A 2013 Stanford/SALDEF study found that 70% of Americans could not identify a Sikh man from an image. That same misidentification contributed to the killing of Balbir Singh Sodhi after 9/11, and later hate attacks against Sikhs. The week Gucci’s turbans appeared in Milan, a Sikh environmentalist had his turban ripped off outside the British Parliament in a hate attack, his attacker shouting, “Muslim go back home.” Runway and street are not the same place, but they share a geography of ignorance, one exploiting it for profit, the other for violence.
The Prada Kolhapuri sandals that open this essay are the clearest recent example of the arc playing out in full. Days into that controversy, Dior unveiled a $200,000 haute couture overcoat embroidered using mukaish, a Lucknow metallic-thread technique once reserved for Mughal royalty, completed by twelve Indian artisans over thirty-four days, with no mention of mukaish or India anywhere in Dior’s official materials. Ralph Lauren followed months later with a “Bandhani-inspired” wrap skirt, carrying no reference to India or Gujarat.
From Kishan Chand’s workshop to Dior’s runway, the structure of the transaction has barely changed.
Reclaiming the Narrative
India has also become more assertive in protecting and presenting its own traditions. The Geographical Indications Act, 1999, and the Traditional Knowledge Digital Library represent legal attempts to safeguard both place-based products and traditional knowledge. At the same time, Indian designers and artists increasingly occupy global platforms on their own terms. Rahul Mishra’s Paris couture collections openly foreground Indian artisanship, while Diljit Dosanjh’s appearance at Coachella demonstrated that Indian cultural identity no longer needs Western mediation to command international attention.
Beyond Inspiration
Every story in this essay, from the peacock dress to the Kolhapuri chappal to the dastaar, ultimately asks three questions. Who creates culture? Who receives credit for it? Who profits from it?
For most of this history, the answers split along colonial lines: Indian artisans created, while French maisons, British manufacturers, and later luxury brands controlled naming, visibility, and profit. The Geographical Indications regime and the Traditional Knowledge Digital Library show that recognition can alter this imbalance, while contemporary designers and performers demonstrate that visibility no longer belongs exclusively to Western institutions.

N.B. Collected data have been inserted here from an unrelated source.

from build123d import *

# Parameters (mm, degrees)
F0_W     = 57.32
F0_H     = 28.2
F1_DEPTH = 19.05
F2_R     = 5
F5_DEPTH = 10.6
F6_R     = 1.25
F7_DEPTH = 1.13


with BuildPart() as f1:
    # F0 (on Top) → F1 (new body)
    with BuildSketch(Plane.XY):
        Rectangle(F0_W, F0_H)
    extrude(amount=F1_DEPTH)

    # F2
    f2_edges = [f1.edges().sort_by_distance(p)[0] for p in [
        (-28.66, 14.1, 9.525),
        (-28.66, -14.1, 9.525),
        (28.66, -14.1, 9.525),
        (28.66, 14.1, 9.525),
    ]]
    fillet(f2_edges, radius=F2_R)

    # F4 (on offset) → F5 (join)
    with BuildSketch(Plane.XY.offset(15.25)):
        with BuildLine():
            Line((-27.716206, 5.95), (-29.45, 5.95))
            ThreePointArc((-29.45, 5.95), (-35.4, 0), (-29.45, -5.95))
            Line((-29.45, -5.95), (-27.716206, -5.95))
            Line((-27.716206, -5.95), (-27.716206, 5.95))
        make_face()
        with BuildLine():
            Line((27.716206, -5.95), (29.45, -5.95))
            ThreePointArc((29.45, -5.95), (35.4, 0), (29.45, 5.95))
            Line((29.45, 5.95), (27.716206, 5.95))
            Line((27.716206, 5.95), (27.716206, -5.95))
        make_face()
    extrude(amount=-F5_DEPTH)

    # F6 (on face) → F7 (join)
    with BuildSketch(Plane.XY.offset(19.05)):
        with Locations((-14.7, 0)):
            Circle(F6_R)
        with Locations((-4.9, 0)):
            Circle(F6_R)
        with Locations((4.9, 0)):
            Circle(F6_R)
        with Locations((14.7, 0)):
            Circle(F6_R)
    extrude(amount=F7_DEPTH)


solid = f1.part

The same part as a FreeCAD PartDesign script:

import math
import FreeCAD as App
import Part
import Sketcher
from FreeCAD import Vector


def edges_at(feature, points):
    """Names of the edges that pass closest to the given points."""
    edges = feature.Shape.Edges
    near = lambda p: min(range(len(edges)), key=lambda i: edges[i].distToShape(Part.Vertex(*p))[0])
    return sorted({f"Edge{near(p) + 1}" for p in points})

doc = App.newDocument("Part")
body = doc.addObject("PartDesign::Body", "Body")

# Sketch on XY plane
sketch1 = doc.addObject("Sketcher::SketchObject", "Sketch")
body.addObject(sketch1)
sketch1.AttachmentSupport = (doc.XY_Plane, [""])
sketch1.MapMode = "FlatFace"
sketch1.addGeometry([
    Part.LineSegment(Vector(-29, 14, 0), Vector(-29, -14, 0)),
    Part.LineSegment(Vector(-29, -14, 0), Vector(29, -14, 0)),
    Part.LineSegment(Vector(29, -14, 0), Vector(29, 14, 0)),
    Part.LineSegment(Vector(29, 14, 0), Vector(-29, 14, 0)),
], False)
sketch1.addConstraint([
    Sketcher.Constraint("Coincident", 0, 2, 1, 1),
    Sketcher.Constraint("Coincident", 1, 2, 2, 1),
    Sketcher.Constraint("Coincident", 2, 2, 3, 1),
    Sketcher.Constraint("Coincident", 3, 2, 0, 1),
    Sketcher.Constraint("Vertical", 0),
    Sketcher.Constraint("Horizontal", 1),
    Sketcher.Constraint("Vertical", 2),
    Sketcher.Constraint("Horizontal", 3),
    Sketcher.Constraint("Symmetric", 0, 2, 2, 2, -1, 1),
    Sketcher.Constraint("DistanceY", 0, 2, 0, 1, 28.2),
    Sketcher.Constraint("DistanceX", 1, 1, 1, 2, 57.32),
])
pad1 = doc.addObject("PartDesign::Pad", "Pad")
body.addObject(pad1)
pad1.Profile = sketch1
pad1.Length = 19.05
doc.recompute()

fillet = doc.addObject("PartDesign::Fillet", "Fillet")
body.addObject(fillet)
fillet.Base = (pad1, edges_at(pad1, [
    (-28.66, 14.1, 9.525),
    (-28.66, -14.1, 9.525),
    (28.66, -14.1, 9.525),
    (28.66, 14.1, 9.525),
]))
fillet.Radius = 5

# Sketch on XY plane
sketch2 = doc.addObject("Sketcher::SketchObject", "Sketch001")
body.addObject(sketch2)
sketch2.AttachmentSupport = (doc.XY_Plane, [""])
sketch2.MapMode = "FlatFace"
sketch2.AttachmentOffset = App.Placement(Vector(0, 0, 15.25), App.Rotation())
sketch2.addGeometry([
    Part.LineSegment(Vector(-27.7, 6, 0), Vector(-29.4, 6, 0)),  # 0
    Part.ArcOfCircle(Part.Circle(Vector(-29.4, 0, 0), Vector(0, 0, 1), 6), math.radians(90), math.radians(270)),  # 1
    Part.LineSegment(Vector(-29.4, -6, 0), Vector(-27.7, -6, 0)),  # 2
    Part.LineSegment(Vector(-27.7, -6, 0), Vector(-27.7, 6, 0)),  # 3
    Part.LineSegment(Vector(27.7, -6, 0), Vector(29.4, -6, 0)),  # 4
    Part.ArcOfCircle(Part.Circle(Vector(29.4, 0, 0), Vector(0, 0, 1), 6), math.radians(-90), math.radians(90)),  # 5
    Part.LineSegment(Vector(29.4, 6, 0), Vector(27.7, 6, 0)),  # 6
    Part.LineSegment(Vector(27.7, 6, 0), Vector(27.7, -6, 0)),  # 7
], False)
sketch2.addConstraint([
    Sketcher.Constraint("Tangent", 0, 2, 1, 1),
    Sketcher.Constraint("Tangent", 1, 2, 2, 1),
    Sketcher.Constraint("Coincident", 2, 2, 3, 1),
    Sketcher.Constraint("Coincident", 3, 2, 0, 1),
    Sketcher.Constraint("Tangent", 4, 2, 5, 1),
    Sketcher.Constraint("Tangent", 5, 2, 6, 1),
    Sketcher.Constraint("Coincident", 6, 2, 7, 1),
    Sketcher.Constraint("Coincident", 7, 2, 4, 1),
    Sketcher.Constraint("Horizontal", 0),
    Sketcher.Constraint("Horizontal", 2),
    Sketcher.Constraint("Vertical", 3),
    Sketcher.Constraint("Horizontal", 4),
    Sketcher.Constraint("Horizontal", 6),
    Sketcher.Constraint("Vertical", 7),
    Sketcher.Constraint("Equal", 1, 5),
    Sketcher.Constraint("Symmetric", 1, 3, 5, 3, -1, 1),
    Sketcher.Constraint("Symmetric", 3, 2, 6, 2, -2),
    Sketcher.Constraint("Radius", 1, 5.95),
    Sketcher.Constraint("DistanceX", 1, 3, 5, 3, 58.9),
    Sketcher.Constraint("DistanceX", 0, 2, 0, 1, 1.733794),
])
pad2 = doc.addObject("PartDesign::Pad", "Pad001")
body.addObject(pad2)
pad2.Profile = sketch2
pad2.Length = 10.6
pad2.Reversed = True

# Sketch on XY plane
sketch3 = doc.addObject("Sketcher::SketchObject", "Sketch002")
body.addObject(sketch3)
sketch3.AttachmentSupport = (doc.XY_Plane, [""])
sketch3.MapMode = "FlatFace"
sketch3.AttachmentOffset = App.Placement(Vector(0, 0, 19.05), App.Rotation())
sketch3.addGeometry([
    Part.Circle(Vector(-14.7, 0, 0), Vector(0, 0, 1), 1.2),
    Part.Circle(Vector(-4.9, 0, 0), Vector(0, 0, 1), 1.2),
    Part.Circle(Vector(4.9, 0, 0), Vector(0, 0, 1), 1.2),
    Part.Circle(Vector(14.7, 0, 0), Vector(0, 0, 1), 1.2),
], False)
sketch3.addConstraint([
    Sketcher.Constraint("Equal", 0, 1),
    Sketcher.Constraint("Equal", 1, 2),
    Sketcher.Constraint("Equal", 2, 3),
    Sketcher.Constraint("Symmetric", 1, 3, 2, 3, -1, 1),
    Sketcher.Constraint("Symmetric", 0, 3, 3, 3, -1, 1),
    Sketcher.Constraint("PointOnObject", 0, 3, -1),
    Sketcher.Constraint("PointOnObject", 1, 3, -1),
    Sketcher.Constraint("Diameter", 0, 2.5),
    Sketcher.Constraint("DistanceX", 0, 3, -1, 1, 14.7),
    Sketcher.Constraint("DistanceX", 1, 3, -1, 1, 4.9),
])
pad3 = doc.addObject("PartDesign::Pad", "Pad002")
body.addObject(pad3)
pad3.Profile = sketch3
pad3.Length = 1.13

doc.recompute()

Cultural exchange has always shaped fashion, and it always will. The question is not whether traditions travel, but whether they travel with acknowledgement. For centuries, Indian textiles, motifs, and craftsmanship transformed global fashion even as the people who created them disappeared from the story. Reclaiming that story is not about ending cultural exchange. It is about restoring attribution, visibility, and dignity to the communities that have long been written out of fashion’s global history.